(Beginning of DATA)
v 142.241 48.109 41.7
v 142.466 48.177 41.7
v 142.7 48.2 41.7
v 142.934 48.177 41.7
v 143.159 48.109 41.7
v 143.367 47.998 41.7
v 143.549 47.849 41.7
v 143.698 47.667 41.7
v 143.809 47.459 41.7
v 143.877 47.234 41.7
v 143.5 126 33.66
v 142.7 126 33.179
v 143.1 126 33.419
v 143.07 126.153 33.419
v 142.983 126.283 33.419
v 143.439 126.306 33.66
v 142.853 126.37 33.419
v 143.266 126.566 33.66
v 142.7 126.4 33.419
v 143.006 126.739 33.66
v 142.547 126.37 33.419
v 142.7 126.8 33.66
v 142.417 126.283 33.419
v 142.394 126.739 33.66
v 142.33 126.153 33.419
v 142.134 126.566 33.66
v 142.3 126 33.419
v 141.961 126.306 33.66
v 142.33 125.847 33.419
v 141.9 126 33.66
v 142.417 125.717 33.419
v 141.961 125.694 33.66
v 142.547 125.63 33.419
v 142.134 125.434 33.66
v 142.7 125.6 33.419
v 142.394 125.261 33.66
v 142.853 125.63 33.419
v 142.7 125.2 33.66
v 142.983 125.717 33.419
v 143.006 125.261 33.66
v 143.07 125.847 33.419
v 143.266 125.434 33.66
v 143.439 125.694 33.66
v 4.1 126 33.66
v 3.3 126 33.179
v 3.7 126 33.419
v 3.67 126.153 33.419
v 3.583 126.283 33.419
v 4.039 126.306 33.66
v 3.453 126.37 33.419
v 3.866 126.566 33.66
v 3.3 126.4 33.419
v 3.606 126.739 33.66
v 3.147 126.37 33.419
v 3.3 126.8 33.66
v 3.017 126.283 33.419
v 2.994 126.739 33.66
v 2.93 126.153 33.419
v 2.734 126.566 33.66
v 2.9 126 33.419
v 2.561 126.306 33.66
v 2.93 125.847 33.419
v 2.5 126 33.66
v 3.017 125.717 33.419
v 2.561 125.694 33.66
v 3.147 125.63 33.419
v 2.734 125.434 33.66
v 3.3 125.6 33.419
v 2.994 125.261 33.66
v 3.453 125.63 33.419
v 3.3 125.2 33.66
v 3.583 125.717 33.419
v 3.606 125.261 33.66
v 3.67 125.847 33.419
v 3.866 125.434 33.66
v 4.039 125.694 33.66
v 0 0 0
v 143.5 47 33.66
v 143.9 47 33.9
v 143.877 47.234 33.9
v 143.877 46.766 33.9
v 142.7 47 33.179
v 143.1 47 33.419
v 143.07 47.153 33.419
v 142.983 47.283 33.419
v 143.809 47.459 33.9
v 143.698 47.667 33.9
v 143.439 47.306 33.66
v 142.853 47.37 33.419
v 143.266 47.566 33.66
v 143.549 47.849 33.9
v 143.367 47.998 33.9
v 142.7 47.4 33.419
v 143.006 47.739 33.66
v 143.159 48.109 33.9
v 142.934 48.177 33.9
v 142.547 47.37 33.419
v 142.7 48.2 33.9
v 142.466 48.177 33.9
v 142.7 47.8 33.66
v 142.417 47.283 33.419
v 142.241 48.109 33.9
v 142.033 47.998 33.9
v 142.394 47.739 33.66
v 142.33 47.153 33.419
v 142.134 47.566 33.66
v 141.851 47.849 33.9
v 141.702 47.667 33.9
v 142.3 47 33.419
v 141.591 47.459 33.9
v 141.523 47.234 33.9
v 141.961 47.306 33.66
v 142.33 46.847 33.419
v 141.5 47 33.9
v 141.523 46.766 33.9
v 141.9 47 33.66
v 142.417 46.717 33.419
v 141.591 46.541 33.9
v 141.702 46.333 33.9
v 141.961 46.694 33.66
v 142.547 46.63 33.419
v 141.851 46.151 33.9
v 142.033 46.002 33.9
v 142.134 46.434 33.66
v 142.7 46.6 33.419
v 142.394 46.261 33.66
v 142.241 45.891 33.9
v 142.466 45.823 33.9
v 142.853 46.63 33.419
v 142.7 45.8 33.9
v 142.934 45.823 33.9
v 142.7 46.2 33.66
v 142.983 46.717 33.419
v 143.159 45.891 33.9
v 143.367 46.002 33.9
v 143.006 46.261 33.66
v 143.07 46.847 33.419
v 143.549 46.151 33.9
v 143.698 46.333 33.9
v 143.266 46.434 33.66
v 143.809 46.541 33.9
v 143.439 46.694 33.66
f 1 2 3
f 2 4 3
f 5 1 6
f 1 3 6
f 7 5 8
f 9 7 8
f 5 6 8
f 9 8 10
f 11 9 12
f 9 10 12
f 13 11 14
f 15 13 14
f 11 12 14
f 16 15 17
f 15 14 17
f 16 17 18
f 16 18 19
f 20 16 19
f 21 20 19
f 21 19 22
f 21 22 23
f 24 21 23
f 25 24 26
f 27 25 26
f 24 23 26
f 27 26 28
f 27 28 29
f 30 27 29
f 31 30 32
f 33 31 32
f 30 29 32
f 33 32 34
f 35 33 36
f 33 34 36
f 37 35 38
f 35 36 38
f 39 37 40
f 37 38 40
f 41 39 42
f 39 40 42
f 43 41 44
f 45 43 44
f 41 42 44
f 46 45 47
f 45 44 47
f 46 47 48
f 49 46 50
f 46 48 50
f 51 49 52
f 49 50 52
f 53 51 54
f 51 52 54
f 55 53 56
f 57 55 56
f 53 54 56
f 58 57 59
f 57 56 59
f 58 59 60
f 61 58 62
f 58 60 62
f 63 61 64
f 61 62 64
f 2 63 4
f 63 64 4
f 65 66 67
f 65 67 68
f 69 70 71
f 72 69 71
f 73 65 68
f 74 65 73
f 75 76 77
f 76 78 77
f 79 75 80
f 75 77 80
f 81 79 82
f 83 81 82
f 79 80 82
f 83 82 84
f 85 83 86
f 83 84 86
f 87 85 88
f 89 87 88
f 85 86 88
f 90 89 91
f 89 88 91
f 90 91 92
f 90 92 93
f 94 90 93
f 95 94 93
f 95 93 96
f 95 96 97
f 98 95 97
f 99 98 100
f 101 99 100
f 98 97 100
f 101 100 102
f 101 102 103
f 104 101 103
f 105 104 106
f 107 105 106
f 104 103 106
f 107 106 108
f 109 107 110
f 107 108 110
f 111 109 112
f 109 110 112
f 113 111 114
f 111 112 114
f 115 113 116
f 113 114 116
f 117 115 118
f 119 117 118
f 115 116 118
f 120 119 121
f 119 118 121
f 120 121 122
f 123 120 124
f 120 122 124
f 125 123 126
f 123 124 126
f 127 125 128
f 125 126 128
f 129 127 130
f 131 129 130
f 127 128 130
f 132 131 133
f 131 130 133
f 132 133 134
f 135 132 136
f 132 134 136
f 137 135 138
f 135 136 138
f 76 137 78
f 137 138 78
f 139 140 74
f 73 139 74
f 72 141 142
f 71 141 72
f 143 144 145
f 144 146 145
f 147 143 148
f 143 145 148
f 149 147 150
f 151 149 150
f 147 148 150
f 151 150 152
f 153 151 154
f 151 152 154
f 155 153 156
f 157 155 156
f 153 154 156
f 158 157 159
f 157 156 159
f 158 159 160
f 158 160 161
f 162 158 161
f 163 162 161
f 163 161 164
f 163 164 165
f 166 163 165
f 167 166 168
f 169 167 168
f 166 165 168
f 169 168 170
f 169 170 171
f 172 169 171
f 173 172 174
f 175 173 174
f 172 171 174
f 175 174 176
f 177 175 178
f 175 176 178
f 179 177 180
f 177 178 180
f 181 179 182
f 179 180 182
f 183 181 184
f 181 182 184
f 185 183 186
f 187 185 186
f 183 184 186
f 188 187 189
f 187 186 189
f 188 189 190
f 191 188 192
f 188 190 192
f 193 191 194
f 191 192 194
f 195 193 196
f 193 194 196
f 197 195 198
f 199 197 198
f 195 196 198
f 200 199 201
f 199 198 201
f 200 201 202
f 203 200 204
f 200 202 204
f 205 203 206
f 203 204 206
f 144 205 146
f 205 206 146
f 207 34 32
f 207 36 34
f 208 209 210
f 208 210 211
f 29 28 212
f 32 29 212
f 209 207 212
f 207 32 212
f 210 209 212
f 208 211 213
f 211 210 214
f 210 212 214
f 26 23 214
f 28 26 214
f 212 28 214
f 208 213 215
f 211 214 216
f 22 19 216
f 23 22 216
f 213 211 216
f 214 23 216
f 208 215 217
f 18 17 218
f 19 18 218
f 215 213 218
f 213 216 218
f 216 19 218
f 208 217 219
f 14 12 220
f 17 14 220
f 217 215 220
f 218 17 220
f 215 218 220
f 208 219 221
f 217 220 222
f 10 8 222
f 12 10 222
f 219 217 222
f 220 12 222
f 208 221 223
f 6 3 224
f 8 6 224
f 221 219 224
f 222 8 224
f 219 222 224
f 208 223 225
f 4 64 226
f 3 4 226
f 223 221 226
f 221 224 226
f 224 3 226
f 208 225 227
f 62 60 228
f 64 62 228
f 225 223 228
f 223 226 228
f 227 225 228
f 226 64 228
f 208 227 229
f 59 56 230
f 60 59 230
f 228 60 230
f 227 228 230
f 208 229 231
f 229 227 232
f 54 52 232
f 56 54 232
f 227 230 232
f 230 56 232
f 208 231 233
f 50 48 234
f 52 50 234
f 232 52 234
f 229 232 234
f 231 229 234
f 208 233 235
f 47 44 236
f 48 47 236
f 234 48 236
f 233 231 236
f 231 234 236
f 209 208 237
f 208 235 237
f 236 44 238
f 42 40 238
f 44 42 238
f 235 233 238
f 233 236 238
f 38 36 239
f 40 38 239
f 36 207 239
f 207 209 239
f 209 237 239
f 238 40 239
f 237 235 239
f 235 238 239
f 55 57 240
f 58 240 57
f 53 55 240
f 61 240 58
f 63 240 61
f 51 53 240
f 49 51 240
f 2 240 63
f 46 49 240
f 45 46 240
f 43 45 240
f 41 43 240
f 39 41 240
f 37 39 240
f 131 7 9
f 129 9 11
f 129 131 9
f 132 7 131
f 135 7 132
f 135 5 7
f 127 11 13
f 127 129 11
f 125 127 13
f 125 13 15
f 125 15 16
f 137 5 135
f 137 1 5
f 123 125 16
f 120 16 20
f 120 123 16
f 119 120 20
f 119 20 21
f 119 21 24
(End of DATA)
**REQUIRED WORK:** An exact copy of the lines from the one holding "f 129 131 9" through the end of the data is the whole answer.

**PROBLEM SOLUTION:**
f 129 131 9
f 132 7 131
f 135 7 132
f 135 5 7
f 127 11 13
f 127 129 11
f 125 127 13
f 125 13 15
f 125 15 16
f 137 5 135
f 137 1 5
f 123 125 16
f 120 16 20
f 120 123 16
f 119 120 20
f 119 20 21
f 119 21 24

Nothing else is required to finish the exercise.